Nowlan also created the award statuettes for the ESPN ESPY Awards and the now defunct My VH1 Music Awards.

In April 2013, Nowlan, a native Philadelphian, was selected by the city of Philadelphia to create a statue of one of the city's best known sports figures, the late professional boxer and world heavyweight champion Joe Frazier. Nowlan had previously designed a well-known bronze statue of Harry Kalas, which was installed in the Citizen Bank Park in 2011. In a May 2013 interview with the Rutland Herald, unveiled his planned design for the Frazier statue, which was intended to stand 8-feet tall and weigh 800 pounds. Nowlan designed the statue to depict Frazier with the left hook he used to knock out his opponent, Muhammad Ali, and win the 1971 Fight of the Century at Madison Square Garden.

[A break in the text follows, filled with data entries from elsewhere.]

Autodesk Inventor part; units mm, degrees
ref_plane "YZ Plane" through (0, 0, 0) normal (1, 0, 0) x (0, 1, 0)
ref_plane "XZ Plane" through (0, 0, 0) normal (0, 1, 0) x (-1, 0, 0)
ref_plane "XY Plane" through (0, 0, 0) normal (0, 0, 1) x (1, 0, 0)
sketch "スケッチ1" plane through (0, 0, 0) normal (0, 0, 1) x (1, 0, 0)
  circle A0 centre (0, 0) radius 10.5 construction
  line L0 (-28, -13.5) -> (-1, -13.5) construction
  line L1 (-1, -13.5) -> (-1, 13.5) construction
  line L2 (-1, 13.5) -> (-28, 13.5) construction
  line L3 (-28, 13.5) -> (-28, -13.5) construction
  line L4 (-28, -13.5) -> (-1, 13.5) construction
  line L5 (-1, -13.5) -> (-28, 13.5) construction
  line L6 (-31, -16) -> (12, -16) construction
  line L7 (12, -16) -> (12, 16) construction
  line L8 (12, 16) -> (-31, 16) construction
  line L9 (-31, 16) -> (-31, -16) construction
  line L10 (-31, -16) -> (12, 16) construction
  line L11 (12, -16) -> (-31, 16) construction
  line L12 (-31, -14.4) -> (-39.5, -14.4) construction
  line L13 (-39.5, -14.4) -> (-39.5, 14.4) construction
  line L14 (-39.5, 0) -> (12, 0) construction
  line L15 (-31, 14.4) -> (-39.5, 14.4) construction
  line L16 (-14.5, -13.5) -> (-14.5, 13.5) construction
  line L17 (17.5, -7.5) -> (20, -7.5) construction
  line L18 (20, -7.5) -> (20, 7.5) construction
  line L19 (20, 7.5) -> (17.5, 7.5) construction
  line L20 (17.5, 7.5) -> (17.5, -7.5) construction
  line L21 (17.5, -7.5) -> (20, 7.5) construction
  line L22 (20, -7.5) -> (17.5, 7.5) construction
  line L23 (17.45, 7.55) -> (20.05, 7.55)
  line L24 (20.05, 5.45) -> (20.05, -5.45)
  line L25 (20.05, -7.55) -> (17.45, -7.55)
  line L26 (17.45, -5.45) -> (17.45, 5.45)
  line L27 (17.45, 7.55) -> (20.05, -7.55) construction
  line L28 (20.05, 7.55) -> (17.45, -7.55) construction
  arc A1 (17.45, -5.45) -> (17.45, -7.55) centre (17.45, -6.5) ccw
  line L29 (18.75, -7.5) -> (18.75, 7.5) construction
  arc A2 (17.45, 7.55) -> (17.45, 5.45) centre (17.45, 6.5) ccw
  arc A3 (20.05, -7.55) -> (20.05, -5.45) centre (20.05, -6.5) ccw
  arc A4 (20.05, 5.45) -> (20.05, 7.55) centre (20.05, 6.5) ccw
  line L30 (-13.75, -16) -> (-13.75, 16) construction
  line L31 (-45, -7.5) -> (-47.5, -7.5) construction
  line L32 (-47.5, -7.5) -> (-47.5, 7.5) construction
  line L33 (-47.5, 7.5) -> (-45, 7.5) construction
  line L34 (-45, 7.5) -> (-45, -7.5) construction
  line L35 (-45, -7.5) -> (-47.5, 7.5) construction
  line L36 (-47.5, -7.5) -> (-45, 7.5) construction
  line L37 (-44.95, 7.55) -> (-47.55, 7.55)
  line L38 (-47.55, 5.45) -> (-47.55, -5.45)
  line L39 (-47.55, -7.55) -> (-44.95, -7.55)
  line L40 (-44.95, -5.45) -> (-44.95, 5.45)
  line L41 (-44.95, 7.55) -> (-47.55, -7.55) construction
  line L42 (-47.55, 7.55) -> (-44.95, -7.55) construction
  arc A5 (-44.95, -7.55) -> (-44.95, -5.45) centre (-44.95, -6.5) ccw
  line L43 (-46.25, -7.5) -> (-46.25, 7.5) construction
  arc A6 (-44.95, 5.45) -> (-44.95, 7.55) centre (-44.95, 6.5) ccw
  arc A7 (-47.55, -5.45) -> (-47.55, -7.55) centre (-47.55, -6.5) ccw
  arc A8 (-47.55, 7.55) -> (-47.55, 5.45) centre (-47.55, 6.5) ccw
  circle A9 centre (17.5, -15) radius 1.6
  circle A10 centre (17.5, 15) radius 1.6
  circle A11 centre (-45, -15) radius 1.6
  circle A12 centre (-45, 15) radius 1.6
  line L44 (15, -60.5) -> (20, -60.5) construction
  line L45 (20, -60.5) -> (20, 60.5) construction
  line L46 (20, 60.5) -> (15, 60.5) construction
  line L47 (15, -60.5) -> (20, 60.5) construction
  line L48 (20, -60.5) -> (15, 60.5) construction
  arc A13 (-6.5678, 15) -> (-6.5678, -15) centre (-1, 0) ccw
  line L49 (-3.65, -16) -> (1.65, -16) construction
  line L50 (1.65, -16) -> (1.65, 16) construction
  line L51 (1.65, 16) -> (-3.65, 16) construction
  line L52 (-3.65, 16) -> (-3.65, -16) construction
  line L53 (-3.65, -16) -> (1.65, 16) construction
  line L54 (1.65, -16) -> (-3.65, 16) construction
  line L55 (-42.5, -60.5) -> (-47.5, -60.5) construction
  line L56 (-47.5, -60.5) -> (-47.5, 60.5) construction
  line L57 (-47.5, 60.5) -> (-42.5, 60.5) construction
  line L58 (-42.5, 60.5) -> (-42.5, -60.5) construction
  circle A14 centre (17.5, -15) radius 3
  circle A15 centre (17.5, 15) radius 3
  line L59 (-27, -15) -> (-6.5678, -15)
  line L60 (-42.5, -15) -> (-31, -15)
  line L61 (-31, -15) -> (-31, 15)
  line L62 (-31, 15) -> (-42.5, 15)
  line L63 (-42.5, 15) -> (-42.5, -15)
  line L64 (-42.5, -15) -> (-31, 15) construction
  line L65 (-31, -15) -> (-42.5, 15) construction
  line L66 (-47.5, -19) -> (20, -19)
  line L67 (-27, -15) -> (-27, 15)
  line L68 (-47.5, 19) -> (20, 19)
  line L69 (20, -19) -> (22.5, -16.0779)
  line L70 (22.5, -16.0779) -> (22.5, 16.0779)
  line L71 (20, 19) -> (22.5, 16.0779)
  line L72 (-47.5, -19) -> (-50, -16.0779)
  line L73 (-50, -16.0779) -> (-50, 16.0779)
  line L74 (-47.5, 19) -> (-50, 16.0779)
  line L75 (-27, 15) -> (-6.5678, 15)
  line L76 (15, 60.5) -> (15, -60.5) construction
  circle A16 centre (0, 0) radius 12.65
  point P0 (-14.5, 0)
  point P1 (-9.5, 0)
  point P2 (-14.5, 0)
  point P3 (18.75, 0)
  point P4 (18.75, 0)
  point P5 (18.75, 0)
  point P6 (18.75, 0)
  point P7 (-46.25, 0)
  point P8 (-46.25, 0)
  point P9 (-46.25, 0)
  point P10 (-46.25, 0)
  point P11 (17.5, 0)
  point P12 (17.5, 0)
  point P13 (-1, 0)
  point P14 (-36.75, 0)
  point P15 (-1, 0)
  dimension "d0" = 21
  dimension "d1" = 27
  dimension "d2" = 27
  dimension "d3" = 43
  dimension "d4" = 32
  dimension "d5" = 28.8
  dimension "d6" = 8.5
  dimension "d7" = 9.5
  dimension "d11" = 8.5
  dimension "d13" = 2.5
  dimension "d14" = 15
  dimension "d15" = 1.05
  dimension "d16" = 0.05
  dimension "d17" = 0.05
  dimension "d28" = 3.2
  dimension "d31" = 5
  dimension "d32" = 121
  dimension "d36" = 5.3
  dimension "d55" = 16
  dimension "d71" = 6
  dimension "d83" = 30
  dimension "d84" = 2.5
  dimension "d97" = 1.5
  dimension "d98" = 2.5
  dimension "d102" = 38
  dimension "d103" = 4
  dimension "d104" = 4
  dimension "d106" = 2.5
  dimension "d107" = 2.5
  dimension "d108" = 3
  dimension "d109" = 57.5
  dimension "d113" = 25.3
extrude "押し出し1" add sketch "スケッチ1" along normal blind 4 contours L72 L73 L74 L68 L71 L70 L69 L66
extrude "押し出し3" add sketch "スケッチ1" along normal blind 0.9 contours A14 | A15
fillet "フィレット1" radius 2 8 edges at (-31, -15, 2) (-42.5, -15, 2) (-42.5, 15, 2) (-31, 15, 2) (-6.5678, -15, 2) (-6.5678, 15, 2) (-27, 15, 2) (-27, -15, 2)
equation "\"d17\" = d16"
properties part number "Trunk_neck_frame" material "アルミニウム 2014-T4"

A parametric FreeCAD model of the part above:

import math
import FreeCAD as App
import Part
import Sketcher
from FreeCAD import Vector


def edges_at(feature, points):
    """Names of the edges that pass closest to the given points."""
    edges = feature.Shape.Edges
    near = lambda p: min(range(len(edges)), key=lambda i: edges[i].distToShape(Part.Vertex(*p))[0])
    return sorted({f"Edge{near(p) + 1}" for p in points})

doc = App.newDocument("Part")
params = doc.addObject("Spreadsheet::Sheet", "Params")
for row, (alias, value) in enumerate([
    ("sketch1_diameter", "6 mm"),
    ("sketch1_radius", "16 mm"),
    ("sketch1_diameter2", "3.2 mm"),
    ("sketch1_diameter3", "25.3 mm"),
    ("sketch1_height", "30 mm"),
    ("pad1_length", "4 mm"),
    ("sketch2_diameter", "6 mm"),
    ("sketch2_diameter2", "3.2 mm"),
    ("pad2_length", "0.9 mm"),
    ("fillet_radius", "2 mm"),
], start=1):
    params.set(f"A{row}", alias)
    params.set(f"B{row}", "=" + value)
    params.setAlias(f"B{row}", alias)

body = doc.addObject("PartDesign::Body", "Body")

# Sketch on XY plane
sketch1 = body.newObject("Sketcher::SketchObject", "Sketch")
sketch1.AttachmentSupport = (doc.getObject("XY_Plane"), [""])
sketch1.MapMode = "FlatFace"
sketch1.addGeometry(Part.LineSegment(Vector(-50, -16.1, 0), Vector(-47.5, -19, 0)), False)
sketch1.addGeometry(Part.LineSegment(Vector(-47.5, -19, 0), Vector(20, -19, 0)), False)
sketch1.addGeometry(Part.LineSegment(Vector(20, -19, 0), Vector(22.5, -16.1, 0)), False)
sketch1.addGeometry(Part.LineSegment(Vector(22.5, -16.1, 0), Vector(22.5, 16.1, 0)), False)
sketch1.addGeometry(Part.LineSegment(Vector(22.5, 16.1, 0), Vector(20, 19, 0)), False)
sketch1.addGeometry(Part.LineSegment(Vector(20, 19, 0), Vector(-47.5, 19, 0)), False)
sketch1.addGeometry(Part.LineSegment(Vector(-47.5, 19, 0), Vector(-50, 16.1, 0)), False)
sketch1.addGeometry(Part.LineSegment(Vector(-50, 16.1, 0), Vector(-50, -16.1, 0)), False)
sketch1.addGeometry(Part.Circle(Vector(-45, -15, 0), Vector(0, 0, 1), 1.6), False)
sketch1.addGeometry(Part.Circle(Vector(17.5, -15, 0), Vector(0, 0, 1), 3), False)
sketch1.addGeometry(Part.LineSegment(Vector(-47.5, 7.5, 0), Vector(-45, 7.5, 0)), False)
sketch1.addGeometry(Part.ArcOfCircle(Part.Circle(Vector(-45, 6.5, 0), Vector(0, 0, 1), 1), math.radians(-90), math.radians(90)), False)
sketch1.addGeometry(Part.LineSegment(Vector(-45, 5.5, 0), Vector(-45, -5.5, 0)), False)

When completed, it was planned that the statue would stand at the Stateside Live! in South Philadelphia.

===Death===
Nowlan died unexpectedly of natural causes at his home in Cornish, New Hampshire, on July 30, 2013, at the age of 48, before his statue of Joe Frazier was completed, "stunning" the Frazier family. Nowlan's death left the final design for the statue in question, with project managers uncertain whether another sculptor would copy Nowlan's original design. Philadelphia Mayor Michael Nutter said at the time that the city would still build the statue. Richard Hayden, the project manager for the Joe Frazier statue, called Nowlan's death a major blow, commemorating the life of a real-life boxing legend, as opposed to Rocky Balboa, a character from a movie with a statue in Philadelphia. Ultimately a statue sculpted by Philadelphia sculptor Stephen Layne was erected at Stateside Live! in 2015.

Nowlan was survived by his wife Heather, their daughter Monet and son Teelin, and his six siblings, Peter, Joseph, Jeanne, Susan, Nancy and Danielle.